[Opening EXTRACTED MATERIAL section]

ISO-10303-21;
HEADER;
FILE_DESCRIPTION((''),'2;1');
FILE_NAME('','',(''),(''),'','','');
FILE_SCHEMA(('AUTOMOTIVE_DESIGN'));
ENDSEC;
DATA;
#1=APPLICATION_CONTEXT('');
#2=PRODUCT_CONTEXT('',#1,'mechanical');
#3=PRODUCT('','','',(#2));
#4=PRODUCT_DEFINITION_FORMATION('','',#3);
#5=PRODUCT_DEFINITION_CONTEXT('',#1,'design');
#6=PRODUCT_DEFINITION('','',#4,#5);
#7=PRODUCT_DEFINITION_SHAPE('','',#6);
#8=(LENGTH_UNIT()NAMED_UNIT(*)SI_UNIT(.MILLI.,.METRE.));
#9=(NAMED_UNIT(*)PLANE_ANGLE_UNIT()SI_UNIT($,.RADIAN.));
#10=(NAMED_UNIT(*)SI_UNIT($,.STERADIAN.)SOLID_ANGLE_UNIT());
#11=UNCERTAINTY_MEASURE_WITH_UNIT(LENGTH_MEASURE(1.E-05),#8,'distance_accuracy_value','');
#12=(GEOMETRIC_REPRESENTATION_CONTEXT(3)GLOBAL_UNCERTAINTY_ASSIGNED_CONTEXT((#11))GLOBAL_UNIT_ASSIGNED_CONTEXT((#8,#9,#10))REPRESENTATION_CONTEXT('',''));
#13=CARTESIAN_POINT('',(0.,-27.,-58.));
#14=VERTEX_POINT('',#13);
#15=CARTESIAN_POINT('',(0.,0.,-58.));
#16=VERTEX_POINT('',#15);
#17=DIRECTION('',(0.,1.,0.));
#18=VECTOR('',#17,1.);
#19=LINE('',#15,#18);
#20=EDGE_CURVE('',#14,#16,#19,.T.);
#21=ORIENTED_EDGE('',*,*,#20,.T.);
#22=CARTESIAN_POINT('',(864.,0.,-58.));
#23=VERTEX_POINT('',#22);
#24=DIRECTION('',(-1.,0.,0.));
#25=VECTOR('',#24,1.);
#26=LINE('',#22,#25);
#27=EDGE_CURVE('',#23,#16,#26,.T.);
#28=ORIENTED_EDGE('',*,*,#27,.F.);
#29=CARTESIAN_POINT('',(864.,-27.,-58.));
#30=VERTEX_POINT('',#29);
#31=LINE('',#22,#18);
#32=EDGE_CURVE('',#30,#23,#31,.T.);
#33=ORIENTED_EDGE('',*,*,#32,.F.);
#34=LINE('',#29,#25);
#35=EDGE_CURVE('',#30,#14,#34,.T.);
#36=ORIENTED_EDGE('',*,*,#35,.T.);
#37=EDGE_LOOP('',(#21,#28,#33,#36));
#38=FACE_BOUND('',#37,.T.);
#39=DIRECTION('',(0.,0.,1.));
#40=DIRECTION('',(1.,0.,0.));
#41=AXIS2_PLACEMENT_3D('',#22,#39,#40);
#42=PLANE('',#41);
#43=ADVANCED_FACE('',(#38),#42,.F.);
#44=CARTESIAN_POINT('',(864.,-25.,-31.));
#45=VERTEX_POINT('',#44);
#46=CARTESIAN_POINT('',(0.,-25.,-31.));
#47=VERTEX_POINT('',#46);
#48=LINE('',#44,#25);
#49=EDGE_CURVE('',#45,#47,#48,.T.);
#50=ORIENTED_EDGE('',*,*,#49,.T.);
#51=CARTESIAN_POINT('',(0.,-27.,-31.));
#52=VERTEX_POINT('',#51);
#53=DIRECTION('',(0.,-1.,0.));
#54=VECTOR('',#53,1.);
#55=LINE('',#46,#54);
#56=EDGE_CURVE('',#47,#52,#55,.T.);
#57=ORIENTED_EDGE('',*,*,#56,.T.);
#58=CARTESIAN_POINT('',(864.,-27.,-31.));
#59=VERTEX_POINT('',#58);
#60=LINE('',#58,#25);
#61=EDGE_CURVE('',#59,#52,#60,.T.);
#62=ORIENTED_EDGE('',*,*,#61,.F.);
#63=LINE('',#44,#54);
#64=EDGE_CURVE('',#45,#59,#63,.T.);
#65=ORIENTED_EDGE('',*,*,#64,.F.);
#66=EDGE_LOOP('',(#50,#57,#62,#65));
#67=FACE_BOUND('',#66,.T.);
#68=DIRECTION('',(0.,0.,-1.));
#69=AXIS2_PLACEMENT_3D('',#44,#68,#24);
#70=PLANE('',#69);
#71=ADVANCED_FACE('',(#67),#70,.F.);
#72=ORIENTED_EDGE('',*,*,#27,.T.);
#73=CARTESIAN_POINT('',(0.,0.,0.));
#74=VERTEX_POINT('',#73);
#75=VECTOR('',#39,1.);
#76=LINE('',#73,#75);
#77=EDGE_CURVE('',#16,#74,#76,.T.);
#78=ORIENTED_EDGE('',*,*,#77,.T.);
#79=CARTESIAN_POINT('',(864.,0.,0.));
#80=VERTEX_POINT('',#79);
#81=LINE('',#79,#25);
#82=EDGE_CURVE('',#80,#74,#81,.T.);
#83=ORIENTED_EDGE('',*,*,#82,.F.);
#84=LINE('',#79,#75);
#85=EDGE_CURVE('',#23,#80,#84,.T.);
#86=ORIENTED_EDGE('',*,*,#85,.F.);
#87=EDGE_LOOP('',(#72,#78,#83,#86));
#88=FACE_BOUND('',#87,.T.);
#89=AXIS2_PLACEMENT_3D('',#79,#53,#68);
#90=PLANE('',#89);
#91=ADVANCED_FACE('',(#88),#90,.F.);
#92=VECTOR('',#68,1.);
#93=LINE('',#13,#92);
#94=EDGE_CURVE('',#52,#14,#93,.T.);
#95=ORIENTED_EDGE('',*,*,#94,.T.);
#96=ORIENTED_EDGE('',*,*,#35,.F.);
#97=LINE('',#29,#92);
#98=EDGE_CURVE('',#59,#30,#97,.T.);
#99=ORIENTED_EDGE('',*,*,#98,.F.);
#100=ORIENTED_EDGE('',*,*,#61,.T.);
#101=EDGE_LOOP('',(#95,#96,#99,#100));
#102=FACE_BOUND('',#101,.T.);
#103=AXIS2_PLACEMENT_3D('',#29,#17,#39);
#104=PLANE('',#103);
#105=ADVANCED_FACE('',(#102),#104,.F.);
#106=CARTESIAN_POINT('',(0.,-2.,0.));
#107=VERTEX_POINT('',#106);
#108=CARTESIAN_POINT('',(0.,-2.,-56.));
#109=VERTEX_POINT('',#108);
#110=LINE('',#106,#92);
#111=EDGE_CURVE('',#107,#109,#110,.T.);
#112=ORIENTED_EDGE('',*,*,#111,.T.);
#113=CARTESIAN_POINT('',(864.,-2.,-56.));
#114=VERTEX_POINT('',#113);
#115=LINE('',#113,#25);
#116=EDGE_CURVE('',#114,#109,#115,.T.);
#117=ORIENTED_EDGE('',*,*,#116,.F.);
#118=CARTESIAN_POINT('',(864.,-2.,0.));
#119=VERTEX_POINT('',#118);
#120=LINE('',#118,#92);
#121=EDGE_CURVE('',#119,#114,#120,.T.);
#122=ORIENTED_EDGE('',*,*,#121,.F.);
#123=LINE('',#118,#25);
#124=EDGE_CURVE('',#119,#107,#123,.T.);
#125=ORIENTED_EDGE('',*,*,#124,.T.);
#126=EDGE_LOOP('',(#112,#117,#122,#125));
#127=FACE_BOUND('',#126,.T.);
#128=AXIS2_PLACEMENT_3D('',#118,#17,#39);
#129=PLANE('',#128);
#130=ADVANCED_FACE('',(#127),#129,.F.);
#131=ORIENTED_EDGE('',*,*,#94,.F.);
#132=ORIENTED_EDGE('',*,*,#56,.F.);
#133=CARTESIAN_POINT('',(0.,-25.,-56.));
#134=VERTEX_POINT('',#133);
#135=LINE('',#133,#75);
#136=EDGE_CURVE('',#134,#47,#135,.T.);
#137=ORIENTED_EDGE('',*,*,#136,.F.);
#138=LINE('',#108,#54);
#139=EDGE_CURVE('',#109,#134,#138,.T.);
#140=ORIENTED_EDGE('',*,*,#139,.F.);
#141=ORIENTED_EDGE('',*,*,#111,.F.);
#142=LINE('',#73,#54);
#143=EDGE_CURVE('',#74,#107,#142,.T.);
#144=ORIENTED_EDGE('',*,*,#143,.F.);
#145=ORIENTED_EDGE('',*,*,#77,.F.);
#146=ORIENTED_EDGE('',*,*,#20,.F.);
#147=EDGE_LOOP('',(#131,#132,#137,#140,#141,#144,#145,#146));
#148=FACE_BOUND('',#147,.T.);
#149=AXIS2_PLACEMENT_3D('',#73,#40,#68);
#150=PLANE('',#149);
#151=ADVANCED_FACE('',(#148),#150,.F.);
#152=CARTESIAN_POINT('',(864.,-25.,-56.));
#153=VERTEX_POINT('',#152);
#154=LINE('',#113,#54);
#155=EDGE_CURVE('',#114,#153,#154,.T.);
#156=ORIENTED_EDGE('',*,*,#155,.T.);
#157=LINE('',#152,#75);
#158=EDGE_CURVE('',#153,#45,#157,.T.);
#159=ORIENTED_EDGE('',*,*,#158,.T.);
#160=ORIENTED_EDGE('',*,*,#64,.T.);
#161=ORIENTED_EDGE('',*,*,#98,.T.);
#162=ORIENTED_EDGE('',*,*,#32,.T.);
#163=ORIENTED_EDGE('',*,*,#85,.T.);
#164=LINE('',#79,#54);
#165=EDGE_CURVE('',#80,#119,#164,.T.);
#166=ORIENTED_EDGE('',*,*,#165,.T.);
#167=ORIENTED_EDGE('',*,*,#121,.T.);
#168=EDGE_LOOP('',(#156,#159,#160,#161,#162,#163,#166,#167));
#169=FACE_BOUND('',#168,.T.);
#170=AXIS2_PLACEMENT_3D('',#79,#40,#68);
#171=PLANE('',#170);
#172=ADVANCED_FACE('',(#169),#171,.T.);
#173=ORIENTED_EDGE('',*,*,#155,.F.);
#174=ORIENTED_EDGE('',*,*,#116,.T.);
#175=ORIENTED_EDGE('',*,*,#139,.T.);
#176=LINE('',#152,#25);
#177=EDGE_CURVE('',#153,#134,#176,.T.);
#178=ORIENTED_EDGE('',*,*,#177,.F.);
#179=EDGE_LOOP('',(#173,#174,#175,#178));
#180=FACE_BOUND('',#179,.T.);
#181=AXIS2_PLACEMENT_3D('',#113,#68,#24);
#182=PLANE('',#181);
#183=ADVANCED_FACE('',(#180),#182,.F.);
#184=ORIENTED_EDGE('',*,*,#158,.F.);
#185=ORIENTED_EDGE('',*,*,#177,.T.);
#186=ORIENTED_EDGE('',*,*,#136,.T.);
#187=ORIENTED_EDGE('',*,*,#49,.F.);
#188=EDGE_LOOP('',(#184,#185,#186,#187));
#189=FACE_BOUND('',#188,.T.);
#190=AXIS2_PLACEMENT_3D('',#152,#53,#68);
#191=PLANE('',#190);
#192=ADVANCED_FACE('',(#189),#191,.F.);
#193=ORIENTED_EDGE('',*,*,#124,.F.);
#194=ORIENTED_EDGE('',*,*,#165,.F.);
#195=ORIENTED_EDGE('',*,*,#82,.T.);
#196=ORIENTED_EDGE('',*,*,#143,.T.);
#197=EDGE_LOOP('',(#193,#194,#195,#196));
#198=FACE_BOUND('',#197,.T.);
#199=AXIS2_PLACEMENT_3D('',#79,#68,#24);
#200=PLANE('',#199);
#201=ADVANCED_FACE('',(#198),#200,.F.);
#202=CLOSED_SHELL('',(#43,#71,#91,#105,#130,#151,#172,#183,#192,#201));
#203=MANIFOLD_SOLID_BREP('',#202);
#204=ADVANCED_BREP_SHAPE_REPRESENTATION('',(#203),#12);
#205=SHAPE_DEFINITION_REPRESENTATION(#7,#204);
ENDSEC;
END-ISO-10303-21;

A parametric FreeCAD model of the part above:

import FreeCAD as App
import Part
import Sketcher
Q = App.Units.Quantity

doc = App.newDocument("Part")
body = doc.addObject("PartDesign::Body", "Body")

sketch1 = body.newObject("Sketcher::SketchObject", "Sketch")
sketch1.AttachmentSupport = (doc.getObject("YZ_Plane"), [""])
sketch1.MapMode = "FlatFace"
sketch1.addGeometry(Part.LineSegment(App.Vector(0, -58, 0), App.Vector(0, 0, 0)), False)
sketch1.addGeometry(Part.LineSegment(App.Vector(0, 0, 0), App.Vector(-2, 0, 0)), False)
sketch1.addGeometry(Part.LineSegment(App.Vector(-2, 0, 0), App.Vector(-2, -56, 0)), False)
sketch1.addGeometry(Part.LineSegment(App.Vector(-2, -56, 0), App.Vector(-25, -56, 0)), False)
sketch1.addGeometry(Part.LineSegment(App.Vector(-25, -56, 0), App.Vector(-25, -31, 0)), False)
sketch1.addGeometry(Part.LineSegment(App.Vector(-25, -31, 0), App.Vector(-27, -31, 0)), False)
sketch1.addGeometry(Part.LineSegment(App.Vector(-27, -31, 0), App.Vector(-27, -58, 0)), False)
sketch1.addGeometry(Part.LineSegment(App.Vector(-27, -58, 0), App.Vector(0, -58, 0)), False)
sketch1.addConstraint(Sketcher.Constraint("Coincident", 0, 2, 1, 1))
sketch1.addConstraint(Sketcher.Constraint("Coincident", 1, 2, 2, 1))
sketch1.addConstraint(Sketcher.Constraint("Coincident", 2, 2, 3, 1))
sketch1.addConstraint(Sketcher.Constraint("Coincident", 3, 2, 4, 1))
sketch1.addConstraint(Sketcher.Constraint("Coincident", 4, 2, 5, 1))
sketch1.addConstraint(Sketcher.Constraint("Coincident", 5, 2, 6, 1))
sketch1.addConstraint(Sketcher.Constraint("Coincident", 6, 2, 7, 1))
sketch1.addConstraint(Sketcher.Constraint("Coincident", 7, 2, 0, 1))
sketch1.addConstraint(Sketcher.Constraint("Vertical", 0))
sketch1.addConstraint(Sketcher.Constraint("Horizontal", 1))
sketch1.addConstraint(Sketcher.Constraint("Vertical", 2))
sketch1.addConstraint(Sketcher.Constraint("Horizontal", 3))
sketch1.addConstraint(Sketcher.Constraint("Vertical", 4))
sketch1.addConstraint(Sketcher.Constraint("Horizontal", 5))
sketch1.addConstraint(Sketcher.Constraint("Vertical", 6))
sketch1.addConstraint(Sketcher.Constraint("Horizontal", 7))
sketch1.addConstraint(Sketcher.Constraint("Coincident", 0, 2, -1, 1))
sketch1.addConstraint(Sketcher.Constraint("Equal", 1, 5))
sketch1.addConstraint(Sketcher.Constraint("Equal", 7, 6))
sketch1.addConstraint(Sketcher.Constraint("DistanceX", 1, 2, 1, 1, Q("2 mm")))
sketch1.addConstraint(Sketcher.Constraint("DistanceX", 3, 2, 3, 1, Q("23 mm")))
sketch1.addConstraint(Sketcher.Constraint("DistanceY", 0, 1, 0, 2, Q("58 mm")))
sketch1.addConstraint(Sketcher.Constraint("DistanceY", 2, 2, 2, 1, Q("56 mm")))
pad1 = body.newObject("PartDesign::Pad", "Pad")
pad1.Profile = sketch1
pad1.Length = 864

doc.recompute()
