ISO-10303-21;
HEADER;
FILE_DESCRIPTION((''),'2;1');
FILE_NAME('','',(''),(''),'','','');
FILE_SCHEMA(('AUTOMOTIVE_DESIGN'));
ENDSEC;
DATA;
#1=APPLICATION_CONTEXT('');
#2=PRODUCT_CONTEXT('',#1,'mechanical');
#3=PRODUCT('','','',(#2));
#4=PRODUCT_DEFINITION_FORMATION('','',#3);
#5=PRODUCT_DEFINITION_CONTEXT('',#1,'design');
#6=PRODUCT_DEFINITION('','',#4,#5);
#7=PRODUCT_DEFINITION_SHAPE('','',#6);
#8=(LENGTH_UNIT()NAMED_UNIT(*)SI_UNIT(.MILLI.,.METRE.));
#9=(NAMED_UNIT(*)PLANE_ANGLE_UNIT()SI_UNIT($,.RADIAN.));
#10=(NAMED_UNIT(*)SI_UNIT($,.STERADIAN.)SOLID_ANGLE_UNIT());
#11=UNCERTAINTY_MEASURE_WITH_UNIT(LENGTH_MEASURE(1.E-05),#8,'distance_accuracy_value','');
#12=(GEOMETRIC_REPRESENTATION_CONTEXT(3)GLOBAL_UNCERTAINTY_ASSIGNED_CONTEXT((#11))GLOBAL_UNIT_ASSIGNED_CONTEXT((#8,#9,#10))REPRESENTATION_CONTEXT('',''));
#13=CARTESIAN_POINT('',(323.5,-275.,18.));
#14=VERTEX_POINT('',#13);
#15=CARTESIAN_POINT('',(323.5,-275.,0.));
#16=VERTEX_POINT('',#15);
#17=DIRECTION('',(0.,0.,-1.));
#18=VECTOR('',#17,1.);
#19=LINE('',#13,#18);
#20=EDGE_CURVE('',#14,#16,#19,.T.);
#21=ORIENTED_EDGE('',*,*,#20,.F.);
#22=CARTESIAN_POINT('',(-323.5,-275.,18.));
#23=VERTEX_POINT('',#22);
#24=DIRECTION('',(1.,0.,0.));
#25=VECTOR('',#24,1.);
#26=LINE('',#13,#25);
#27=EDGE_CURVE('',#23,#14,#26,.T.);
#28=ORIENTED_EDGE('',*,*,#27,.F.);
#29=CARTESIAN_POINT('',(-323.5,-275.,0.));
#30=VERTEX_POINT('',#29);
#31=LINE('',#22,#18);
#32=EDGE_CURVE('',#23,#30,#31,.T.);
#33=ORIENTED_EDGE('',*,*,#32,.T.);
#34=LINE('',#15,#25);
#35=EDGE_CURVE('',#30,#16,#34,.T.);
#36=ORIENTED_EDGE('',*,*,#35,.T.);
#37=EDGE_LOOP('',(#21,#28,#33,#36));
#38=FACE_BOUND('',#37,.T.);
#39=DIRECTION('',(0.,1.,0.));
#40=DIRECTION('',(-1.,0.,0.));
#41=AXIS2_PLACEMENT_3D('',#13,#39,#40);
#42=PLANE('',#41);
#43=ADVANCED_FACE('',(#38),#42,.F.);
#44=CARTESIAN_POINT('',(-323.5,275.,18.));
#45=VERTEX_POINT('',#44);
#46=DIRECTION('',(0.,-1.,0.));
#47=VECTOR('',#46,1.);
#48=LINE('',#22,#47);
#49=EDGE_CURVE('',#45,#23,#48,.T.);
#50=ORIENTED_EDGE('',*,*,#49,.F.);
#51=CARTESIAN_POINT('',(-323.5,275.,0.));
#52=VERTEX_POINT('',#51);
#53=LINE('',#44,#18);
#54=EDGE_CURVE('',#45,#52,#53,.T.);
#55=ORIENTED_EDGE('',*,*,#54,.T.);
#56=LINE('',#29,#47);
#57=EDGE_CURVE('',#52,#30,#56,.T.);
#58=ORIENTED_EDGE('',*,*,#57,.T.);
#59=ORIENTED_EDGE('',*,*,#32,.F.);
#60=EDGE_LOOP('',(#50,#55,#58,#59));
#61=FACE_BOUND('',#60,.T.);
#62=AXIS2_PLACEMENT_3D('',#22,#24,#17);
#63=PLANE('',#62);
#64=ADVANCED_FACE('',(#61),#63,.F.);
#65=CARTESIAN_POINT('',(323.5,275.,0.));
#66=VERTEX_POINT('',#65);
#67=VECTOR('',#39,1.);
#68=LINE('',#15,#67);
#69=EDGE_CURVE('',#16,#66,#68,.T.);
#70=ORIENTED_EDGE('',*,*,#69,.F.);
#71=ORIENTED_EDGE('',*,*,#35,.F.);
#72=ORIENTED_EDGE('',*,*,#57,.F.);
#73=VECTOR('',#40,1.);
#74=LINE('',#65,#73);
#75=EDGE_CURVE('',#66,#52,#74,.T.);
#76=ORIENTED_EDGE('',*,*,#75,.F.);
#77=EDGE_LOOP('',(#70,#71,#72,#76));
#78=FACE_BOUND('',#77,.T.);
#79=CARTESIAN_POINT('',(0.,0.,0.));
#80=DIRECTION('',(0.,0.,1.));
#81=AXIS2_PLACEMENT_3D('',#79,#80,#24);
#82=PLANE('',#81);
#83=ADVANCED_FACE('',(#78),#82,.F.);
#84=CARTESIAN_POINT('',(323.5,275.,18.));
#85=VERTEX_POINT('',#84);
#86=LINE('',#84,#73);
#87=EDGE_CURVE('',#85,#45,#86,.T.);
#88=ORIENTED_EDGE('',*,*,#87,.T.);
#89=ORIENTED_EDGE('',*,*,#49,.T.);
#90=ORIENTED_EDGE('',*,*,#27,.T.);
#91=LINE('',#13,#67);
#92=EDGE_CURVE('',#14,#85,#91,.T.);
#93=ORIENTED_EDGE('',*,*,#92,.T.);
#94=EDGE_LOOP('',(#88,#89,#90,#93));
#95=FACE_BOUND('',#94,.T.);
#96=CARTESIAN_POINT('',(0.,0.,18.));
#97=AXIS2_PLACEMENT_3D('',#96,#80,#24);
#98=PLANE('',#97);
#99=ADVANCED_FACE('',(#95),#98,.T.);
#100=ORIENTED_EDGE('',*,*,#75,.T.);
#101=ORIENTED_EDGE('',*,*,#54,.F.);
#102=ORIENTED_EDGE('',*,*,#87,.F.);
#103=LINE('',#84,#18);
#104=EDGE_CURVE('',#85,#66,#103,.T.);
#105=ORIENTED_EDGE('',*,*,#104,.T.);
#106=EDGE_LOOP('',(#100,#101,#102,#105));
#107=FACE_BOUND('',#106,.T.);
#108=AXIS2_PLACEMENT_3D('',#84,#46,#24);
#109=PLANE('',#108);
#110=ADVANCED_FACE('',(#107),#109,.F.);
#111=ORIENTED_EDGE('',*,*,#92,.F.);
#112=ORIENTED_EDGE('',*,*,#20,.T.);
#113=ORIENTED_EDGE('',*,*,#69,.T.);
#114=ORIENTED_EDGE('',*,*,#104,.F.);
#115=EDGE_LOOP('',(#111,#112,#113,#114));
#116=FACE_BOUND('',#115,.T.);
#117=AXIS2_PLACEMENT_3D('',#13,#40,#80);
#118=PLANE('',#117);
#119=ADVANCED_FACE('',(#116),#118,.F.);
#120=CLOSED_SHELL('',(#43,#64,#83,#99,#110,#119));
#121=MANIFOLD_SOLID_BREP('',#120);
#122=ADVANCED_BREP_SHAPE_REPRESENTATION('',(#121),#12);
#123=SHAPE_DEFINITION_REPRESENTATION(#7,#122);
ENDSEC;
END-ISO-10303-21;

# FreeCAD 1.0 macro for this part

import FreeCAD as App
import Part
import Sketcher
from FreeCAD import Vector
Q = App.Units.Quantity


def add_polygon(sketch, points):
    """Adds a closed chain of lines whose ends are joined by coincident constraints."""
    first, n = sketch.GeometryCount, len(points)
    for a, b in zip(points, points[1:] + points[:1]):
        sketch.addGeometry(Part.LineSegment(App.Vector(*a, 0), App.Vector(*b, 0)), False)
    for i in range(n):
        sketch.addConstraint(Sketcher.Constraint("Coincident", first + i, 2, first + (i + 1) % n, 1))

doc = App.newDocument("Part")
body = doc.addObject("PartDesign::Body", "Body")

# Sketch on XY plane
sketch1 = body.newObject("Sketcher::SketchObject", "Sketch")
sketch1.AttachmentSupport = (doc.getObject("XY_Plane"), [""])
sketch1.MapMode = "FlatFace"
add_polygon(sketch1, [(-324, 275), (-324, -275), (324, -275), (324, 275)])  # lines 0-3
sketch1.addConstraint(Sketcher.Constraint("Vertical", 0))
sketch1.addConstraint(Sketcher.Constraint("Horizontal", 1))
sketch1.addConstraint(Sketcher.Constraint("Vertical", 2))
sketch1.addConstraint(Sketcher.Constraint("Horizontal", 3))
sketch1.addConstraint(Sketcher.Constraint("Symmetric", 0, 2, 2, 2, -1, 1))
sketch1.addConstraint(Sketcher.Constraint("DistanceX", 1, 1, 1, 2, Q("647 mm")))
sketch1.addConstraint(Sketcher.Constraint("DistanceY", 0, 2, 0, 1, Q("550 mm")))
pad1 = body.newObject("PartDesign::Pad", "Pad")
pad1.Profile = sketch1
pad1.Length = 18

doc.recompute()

[Closing EXTRACTED MATERIAL section]

_WORK ITEM_
Would you print exactly, and only, the lines of the data above from the line with "#94=EDGE_LOOP('',(#88,#89,#90,#93));" through the line with "#116=FACE_BOUND('',#115,.T.);", inclusive?

_TASK ANSWER_
#94=EDGE_LOOP('',(#88,#89,#90,#93));
#95=FACE_BOUND('',#94,.T.);
#96=CARTESIAN_POINT('',(0.,0.,18.));
#97=AXIS2_PLACEMENT_3D('',#96,#80,#24);
#98=PLANE('',#97);
#99=ADVANCED_FACE('',(#95),#98,.T.);
#100=ORIENTED_EDGE('',*,*,#75,.T.);
#101=ORIENTED_EDGE('',*,*,#54,.F.);
#102=ORIENTED_EDGE('',*,*,#87,.F.);
#103=LINE('',#84,#18);
#104=EDGE_CURVE('',#85,#66,#103,.T.);
#105=ORIENTED_EDGE('',*,*,#104,.T.);
#106=EDGE_LOOP('',(#100,#101,#102,#105));
#107=FACE_BOUND('',#106,.T.);
#108=AXIS2_PLACEMENT_3D('',#84,#46,#24);
#109=PLANE('',#108);
#110=ADVANCED_FACE('',(#107),#109,.F.);
#111=ORIENTED_EDGE('',*,*,#92,.F.);
#112=ORIENTED_EDGE('',*,*,#20,.T.);
#113=ORIENTED_EDGE('',*,*,#69,.T.);
#114=ORIENTED_EDGE('',*,*,#104,.F.);
#115=EDGE_LOOP('',(#111,#112,#113,#114));
#116=FACE_BOUND('',#115,.T.);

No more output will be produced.